[Saved entries]

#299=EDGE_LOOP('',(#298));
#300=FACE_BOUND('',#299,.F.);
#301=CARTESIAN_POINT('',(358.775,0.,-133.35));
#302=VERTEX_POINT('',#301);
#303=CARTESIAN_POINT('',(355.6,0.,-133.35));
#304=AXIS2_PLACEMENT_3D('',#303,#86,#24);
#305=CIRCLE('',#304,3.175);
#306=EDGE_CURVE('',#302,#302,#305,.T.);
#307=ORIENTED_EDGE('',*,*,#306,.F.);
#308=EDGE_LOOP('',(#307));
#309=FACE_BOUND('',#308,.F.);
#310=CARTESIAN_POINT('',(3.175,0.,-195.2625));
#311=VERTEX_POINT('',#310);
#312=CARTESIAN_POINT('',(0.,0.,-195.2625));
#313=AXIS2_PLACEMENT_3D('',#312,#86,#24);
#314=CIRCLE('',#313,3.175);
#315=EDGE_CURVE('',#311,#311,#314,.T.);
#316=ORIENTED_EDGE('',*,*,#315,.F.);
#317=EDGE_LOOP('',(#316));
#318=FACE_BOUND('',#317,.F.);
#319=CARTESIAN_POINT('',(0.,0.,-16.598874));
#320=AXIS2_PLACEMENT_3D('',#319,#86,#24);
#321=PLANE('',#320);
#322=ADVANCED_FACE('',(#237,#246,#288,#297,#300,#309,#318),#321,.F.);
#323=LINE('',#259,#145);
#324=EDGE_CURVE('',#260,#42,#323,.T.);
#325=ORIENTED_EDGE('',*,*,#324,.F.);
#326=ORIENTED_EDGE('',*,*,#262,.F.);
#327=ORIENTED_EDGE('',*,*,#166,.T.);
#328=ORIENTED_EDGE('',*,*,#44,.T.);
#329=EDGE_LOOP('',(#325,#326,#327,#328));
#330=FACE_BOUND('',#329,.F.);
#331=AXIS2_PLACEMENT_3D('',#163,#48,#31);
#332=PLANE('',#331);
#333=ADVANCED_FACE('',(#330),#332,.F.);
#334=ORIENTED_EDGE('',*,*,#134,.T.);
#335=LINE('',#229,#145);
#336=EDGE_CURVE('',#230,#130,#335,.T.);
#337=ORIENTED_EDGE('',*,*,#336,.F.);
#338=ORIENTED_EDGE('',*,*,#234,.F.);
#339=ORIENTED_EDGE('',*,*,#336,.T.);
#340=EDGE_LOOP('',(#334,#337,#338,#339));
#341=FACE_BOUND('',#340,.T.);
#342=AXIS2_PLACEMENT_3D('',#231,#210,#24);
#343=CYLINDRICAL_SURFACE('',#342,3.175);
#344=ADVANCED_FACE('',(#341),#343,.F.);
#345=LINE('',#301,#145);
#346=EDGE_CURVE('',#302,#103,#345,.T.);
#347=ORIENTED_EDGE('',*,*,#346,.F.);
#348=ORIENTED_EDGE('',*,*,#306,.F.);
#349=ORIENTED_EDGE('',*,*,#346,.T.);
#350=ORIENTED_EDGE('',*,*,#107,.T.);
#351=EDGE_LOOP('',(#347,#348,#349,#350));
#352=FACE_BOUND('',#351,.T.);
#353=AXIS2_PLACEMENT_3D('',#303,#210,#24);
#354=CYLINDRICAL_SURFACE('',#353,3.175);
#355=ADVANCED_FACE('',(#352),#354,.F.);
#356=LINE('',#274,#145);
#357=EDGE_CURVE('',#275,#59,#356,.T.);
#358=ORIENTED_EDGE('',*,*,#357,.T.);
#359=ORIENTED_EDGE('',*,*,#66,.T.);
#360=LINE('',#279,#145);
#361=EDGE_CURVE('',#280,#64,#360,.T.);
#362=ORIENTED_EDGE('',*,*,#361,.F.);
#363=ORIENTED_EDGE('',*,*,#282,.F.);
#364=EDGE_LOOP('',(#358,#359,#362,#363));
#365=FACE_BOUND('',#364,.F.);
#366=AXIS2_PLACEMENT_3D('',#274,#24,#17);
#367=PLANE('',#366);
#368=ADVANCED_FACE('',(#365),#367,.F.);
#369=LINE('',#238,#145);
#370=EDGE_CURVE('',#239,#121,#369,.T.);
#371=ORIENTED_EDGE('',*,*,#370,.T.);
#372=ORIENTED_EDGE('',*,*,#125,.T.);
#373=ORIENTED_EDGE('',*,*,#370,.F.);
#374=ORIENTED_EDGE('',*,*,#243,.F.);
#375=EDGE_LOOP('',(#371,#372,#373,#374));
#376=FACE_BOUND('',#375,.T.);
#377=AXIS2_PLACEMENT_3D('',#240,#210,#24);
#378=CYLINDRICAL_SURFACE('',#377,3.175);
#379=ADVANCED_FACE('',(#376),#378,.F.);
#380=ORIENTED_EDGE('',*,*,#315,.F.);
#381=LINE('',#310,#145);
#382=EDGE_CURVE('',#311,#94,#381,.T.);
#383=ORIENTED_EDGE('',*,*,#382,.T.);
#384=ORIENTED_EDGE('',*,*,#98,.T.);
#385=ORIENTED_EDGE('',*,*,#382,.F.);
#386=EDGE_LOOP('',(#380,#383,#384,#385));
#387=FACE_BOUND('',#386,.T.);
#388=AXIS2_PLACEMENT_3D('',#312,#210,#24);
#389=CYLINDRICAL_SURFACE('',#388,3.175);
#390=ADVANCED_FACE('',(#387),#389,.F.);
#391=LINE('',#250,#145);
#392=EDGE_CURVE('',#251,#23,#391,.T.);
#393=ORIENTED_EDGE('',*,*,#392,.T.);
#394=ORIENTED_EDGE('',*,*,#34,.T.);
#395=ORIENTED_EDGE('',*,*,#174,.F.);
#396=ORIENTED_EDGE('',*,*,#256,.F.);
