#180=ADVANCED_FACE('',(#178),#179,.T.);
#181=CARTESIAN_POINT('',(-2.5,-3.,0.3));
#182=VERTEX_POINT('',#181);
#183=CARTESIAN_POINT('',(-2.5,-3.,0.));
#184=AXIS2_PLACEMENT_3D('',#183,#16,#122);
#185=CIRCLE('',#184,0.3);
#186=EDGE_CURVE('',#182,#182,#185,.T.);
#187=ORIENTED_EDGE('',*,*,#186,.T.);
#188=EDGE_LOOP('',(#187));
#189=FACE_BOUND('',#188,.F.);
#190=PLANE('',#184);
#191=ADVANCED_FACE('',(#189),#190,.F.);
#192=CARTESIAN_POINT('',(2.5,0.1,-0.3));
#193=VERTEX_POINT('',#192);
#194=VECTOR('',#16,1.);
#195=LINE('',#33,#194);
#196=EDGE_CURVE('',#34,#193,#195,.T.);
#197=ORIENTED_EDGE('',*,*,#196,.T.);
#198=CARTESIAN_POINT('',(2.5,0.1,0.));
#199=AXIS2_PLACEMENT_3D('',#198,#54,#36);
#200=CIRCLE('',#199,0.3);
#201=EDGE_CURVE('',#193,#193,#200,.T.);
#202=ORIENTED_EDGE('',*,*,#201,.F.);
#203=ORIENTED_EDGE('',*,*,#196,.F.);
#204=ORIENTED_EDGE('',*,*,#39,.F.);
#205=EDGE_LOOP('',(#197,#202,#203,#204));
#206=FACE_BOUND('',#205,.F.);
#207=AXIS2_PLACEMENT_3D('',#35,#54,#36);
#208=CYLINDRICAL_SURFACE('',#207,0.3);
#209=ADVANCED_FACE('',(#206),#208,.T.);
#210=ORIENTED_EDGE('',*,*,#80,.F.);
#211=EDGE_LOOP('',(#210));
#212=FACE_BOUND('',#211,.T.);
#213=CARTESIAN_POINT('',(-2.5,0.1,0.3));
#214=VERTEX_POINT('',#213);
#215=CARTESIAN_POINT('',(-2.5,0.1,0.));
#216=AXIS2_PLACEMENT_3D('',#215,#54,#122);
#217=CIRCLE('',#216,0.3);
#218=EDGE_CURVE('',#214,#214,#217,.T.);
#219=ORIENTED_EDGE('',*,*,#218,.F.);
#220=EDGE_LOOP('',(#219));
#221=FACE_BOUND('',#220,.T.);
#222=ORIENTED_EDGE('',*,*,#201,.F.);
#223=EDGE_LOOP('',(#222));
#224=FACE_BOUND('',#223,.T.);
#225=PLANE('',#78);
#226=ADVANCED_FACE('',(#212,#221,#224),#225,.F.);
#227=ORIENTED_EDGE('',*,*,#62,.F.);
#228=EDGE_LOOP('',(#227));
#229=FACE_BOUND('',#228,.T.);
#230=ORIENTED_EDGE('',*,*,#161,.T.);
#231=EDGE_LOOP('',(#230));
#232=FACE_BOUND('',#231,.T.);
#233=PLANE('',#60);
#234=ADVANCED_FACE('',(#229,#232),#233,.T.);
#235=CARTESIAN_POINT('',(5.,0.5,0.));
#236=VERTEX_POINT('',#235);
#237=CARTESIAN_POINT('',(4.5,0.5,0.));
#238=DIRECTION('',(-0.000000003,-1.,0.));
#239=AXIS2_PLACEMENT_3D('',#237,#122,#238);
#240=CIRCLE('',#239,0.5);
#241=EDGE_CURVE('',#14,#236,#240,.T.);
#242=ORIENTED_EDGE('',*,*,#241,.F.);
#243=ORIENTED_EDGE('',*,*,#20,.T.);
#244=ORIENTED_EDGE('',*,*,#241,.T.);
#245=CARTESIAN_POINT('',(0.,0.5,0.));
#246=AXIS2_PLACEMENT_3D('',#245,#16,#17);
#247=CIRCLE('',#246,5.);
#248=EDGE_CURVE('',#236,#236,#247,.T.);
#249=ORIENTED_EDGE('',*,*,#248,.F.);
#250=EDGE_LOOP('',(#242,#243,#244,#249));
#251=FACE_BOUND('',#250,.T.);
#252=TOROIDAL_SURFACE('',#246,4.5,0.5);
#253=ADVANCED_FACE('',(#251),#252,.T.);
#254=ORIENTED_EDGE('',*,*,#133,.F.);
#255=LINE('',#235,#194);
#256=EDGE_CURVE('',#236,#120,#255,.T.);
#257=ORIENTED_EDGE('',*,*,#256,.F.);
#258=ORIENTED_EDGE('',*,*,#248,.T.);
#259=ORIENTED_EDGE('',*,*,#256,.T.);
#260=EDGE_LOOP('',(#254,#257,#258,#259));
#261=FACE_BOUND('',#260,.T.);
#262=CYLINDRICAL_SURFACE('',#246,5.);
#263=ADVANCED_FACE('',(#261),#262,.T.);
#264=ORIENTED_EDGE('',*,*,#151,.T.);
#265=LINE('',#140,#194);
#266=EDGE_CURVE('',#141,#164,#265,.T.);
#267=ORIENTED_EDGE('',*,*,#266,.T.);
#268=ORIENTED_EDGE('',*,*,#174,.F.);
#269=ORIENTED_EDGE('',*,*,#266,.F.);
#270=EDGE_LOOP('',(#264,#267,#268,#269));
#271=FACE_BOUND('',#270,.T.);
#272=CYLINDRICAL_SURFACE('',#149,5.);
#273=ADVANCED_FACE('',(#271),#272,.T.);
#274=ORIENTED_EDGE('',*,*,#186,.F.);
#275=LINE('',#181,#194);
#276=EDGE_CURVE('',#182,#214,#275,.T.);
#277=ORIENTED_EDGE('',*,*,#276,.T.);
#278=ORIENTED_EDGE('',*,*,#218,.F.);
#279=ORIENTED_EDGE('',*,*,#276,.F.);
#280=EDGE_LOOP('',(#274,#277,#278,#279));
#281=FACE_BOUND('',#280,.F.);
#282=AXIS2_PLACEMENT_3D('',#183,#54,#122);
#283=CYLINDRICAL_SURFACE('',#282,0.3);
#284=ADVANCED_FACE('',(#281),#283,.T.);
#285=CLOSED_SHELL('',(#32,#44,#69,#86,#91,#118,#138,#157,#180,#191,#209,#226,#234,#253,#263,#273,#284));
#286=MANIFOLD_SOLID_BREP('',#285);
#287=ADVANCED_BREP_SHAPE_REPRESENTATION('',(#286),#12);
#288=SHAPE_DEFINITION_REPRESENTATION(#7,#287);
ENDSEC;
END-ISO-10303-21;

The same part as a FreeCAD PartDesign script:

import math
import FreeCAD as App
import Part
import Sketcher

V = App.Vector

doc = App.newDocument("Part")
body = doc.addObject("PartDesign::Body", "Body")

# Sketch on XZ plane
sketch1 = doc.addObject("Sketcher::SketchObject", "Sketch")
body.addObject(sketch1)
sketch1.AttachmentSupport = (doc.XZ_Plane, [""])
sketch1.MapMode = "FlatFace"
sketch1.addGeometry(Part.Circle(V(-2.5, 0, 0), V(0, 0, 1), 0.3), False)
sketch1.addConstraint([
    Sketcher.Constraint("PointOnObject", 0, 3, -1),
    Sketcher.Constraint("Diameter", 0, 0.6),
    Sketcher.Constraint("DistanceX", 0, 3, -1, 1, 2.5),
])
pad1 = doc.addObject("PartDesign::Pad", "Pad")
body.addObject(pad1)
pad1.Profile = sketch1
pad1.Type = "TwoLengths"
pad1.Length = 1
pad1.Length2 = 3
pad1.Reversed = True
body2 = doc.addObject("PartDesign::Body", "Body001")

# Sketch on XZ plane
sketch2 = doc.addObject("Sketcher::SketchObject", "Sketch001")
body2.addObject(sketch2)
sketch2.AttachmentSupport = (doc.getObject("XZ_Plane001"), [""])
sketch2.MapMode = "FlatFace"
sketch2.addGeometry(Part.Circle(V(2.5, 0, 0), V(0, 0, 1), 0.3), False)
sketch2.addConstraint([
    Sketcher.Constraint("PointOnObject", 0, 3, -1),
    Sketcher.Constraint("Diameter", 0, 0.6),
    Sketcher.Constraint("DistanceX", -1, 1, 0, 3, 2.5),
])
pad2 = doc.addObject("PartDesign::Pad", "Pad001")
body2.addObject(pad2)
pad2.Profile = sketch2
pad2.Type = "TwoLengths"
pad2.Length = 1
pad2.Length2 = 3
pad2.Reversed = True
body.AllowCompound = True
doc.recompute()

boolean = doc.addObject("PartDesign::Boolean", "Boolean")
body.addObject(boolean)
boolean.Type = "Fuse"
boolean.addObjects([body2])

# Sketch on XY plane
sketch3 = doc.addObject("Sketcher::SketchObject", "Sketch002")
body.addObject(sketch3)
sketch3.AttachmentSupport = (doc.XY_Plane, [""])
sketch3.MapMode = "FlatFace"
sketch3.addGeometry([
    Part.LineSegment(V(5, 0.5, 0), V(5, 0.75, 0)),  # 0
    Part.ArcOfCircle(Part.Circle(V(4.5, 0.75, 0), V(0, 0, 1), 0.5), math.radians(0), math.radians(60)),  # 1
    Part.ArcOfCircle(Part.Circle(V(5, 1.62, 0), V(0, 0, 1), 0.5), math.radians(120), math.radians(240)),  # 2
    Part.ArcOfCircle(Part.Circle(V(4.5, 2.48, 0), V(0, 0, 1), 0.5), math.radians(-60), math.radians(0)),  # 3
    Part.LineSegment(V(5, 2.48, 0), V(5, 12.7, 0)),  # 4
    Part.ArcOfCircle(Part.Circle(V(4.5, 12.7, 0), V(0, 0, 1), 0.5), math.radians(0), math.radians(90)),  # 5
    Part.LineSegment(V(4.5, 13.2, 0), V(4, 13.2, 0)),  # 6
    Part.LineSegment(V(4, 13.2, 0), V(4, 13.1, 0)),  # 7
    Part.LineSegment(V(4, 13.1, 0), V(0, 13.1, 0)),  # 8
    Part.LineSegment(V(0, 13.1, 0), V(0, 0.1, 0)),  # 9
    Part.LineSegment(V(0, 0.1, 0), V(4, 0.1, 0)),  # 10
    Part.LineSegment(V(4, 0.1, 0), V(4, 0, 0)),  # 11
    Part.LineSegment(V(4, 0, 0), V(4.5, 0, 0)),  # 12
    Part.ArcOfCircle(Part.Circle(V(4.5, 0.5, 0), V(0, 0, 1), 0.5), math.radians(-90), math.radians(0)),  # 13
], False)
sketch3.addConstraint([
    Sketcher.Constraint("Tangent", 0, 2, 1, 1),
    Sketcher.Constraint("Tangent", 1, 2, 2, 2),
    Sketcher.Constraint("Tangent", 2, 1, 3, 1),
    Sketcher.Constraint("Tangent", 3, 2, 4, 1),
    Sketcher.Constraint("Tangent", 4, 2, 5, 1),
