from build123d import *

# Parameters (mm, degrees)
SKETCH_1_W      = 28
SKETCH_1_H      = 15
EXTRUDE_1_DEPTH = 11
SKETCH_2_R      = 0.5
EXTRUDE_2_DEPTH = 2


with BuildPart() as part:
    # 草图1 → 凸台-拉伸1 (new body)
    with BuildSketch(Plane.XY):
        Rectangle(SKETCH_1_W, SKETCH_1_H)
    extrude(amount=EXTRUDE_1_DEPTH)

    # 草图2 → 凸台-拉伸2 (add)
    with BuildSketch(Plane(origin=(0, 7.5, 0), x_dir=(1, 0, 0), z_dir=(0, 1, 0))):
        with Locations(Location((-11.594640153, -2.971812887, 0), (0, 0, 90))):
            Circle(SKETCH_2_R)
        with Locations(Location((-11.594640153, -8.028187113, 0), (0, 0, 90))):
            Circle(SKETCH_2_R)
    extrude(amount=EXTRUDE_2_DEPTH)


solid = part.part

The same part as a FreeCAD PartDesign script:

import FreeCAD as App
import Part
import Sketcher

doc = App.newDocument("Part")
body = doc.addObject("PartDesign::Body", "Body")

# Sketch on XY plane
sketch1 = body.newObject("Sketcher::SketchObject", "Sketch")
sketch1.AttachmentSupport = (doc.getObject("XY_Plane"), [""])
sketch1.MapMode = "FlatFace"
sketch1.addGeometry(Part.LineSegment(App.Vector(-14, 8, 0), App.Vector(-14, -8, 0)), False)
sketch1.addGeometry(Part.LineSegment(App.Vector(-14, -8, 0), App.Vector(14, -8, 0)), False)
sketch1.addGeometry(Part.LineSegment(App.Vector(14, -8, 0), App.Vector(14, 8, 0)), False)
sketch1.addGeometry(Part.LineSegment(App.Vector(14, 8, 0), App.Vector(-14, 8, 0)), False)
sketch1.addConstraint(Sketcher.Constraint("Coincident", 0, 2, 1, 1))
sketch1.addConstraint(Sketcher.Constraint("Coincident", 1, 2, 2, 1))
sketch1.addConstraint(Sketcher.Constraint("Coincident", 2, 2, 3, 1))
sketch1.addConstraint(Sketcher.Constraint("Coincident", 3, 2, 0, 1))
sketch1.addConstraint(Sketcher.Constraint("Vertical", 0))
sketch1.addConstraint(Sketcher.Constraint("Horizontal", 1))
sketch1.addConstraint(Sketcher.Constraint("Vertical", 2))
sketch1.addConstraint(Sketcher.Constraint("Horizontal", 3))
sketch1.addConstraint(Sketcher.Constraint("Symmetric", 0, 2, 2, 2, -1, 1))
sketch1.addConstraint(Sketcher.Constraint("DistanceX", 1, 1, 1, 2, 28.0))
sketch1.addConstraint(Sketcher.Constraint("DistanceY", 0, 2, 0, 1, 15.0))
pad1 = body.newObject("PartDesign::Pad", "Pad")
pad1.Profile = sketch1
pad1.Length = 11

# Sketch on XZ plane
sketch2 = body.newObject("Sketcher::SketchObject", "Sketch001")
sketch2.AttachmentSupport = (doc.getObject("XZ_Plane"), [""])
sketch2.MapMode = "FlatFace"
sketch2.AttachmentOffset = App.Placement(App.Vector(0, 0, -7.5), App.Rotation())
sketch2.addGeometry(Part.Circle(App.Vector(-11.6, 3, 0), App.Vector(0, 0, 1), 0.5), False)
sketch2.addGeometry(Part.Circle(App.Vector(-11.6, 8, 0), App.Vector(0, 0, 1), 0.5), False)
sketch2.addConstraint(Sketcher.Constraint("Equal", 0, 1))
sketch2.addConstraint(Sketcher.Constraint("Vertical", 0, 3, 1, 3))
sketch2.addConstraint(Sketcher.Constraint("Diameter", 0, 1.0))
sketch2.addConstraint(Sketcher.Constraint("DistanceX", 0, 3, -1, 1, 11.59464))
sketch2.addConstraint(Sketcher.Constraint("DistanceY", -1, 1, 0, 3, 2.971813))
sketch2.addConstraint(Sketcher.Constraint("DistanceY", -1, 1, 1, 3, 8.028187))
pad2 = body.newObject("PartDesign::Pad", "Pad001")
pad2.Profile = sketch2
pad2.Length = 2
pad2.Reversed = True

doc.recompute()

--

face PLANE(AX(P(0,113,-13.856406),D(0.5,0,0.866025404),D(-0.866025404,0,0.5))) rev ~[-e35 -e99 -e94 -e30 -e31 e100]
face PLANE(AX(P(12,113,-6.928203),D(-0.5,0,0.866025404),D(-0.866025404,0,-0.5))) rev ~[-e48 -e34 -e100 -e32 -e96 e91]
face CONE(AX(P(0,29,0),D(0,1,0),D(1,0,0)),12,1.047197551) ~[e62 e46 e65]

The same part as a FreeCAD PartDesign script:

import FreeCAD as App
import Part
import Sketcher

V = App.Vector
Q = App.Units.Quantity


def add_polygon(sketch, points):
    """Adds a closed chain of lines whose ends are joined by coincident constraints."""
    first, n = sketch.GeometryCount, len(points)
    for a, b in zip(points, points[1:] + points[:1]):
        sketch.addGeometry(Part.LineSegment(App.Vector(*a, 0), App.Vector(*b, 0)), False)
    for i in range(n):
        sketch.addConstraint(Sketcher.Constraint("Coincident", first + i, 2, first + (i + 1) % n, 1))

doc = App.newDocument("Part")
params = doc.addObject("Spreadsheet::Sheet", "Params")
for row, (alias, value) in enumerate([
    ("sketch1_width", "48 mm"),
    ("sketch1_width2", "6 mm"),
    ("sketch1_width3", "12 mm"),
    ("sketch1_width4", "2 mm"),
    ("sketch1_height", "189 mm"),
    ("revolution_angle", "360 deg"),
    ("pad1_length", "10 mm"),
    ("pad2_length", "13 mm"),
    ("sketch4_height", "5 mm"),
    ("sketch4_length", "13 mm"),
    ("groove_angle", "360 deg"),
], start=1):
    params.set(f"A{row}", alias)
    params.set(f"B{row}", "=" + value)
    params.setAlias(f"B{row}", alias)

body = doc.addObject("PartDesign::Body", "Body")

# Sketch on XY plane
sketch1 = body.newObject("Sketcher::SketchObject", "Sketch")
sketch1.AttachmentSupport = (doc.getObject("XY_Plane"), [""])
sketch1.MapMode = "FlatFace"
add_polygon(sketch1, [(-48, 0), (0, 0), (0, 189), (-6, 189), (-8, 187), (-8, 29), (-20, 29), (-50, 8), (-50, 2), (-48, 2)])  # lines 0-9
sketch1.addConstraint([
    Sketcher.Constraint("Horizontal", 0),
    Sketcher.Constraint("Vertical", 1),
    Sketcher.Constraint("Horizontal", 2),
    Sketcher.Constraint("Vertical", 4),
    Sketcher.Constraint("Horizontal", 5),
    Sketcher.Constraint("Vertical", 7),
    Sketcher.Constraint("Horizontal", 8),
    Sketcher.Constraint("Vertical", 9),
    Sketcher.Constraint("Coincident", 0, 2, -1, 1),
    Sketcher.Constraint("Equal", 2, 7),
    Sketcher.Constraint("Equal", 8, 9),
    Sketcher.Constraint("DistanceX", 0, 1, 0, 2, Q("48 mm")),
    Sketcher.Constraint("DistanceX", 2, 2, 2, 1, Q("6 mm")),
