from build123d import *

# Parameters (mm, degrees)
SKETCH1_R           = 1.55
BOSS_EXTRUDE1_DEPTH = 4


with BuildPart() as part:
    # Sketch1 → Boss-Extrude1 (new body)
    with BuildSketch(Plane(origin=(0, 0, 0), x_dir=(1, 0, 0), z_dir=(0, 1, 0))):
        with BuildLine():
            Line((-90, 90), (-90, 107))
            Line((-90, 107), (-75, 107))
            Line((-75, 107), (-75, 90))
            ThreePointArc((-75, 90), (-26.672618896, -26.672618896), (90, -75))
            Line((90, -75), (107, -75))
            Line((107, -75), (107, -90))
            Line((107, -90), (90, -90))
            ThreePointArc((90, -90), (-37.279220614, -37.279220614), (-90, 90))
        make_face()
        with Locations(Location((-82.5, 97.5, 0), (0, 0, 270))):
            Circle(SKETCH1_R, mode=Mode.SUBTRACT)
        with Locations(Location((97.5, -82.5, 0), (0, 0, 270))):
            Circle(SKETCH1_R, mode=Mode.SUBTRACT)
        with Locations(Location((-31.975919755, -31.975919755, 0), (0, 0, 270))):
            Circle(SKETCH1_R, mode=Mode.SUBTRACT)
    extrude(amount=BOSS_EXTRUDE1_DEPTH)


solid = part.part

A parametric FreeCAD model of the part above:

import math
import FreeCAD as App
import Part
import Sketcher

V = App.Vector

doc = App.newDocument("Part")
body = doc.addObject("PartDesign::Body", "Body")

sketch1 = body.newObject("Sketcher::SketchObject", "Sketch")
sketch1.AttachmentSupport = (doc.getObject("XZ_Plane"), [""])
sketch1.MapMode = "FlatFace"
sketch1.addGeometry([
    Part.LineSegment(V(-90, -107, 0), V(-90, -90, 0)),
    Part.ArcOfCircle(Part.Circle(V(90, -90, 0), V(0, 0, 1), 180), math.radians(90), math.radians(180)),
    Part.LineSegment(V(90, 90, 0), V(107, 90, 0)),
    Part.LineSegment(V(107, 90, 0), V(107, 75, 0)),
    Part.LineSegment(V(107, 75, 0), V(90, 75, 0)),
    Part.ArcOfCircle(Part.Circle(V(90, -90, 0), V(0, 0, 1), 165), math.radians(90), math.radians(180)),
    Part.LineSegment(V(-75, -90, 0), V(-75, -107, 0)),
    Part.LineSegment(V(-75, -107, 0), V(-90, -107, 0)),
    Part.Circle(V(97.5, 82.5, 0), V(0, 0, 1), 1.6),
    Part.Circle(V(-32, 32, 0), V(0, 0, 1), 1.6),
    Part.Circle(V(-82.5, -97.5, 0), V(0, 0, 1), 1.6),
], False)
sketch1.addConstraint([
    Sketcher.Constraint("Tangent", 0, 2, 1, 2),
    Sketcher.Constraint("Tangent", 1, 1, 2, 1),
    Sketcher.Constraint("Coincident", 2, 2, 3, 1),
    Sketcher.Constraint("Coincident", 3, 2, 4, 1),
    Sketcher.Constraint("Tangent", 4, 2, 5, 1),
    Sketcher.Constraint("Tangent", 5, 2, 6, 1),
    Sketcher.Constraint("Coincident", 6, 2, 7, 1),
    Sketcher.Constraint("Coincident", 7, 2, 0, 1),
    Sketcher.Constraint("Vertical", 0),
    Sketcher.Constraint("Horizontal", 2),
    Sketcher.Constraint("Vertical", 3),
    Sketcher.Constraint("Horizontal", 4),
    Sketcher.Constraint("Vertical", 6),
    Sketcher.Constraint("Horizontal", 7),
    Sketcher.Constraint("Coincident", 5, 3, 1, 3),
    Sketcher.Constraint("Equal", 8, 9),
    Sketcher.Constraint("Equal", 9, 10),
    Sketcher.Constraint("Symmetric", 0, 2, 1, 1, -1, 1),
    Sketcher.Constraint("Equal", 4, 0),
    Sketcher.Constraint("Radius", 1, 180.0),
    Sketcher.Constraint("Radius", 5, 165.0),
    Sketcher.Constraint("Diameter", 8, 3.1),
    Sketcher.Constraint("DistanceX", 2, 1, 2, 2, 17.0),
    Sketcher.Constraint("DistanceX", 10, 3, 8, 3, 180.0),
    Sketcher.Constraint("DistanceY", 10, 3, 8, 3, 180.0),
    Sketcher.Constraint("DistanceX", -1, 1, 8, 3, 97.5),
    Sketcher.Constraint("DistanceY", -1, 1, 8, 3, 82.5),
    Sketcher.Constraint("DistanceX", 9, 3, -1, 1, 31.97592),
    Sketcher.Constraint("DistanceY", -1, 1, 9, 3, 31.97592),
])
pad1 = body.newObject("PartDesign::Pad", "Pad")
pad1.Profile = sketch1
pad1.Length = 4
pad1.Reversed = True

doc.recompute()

**WHAT YOU HAVE TO DO**
Print again the lines of the entries above that fall between the line holding "#315=EDGE_CURVE('',#311,#311,#314,.T.);" and the line holding "#323=LINE('',#259,#145);", inclusive, exactly as they stand.

**RESPONSE**
#315=EDGE_CURVE('',#311,#311,#314,.T.);
#316=ORIENTED_EDGE('',*,*,#315,.F.);
#317=EDGE_LOOP('',(#316));
#318=FACE_BOUND('',#317,.F.);
#319=CARTESIAN_POINT('',(0.,0.,-16.598874));
#320=AXIS2_PLACEMENT_3D('',#319,#86,#24);
#321=PLANE('',#320);
#322=ADVANCED_FACE('',(#237,#246,#288,#297,#300,#309,#318),#321,.F.);
#323=LINE('',#259,#145);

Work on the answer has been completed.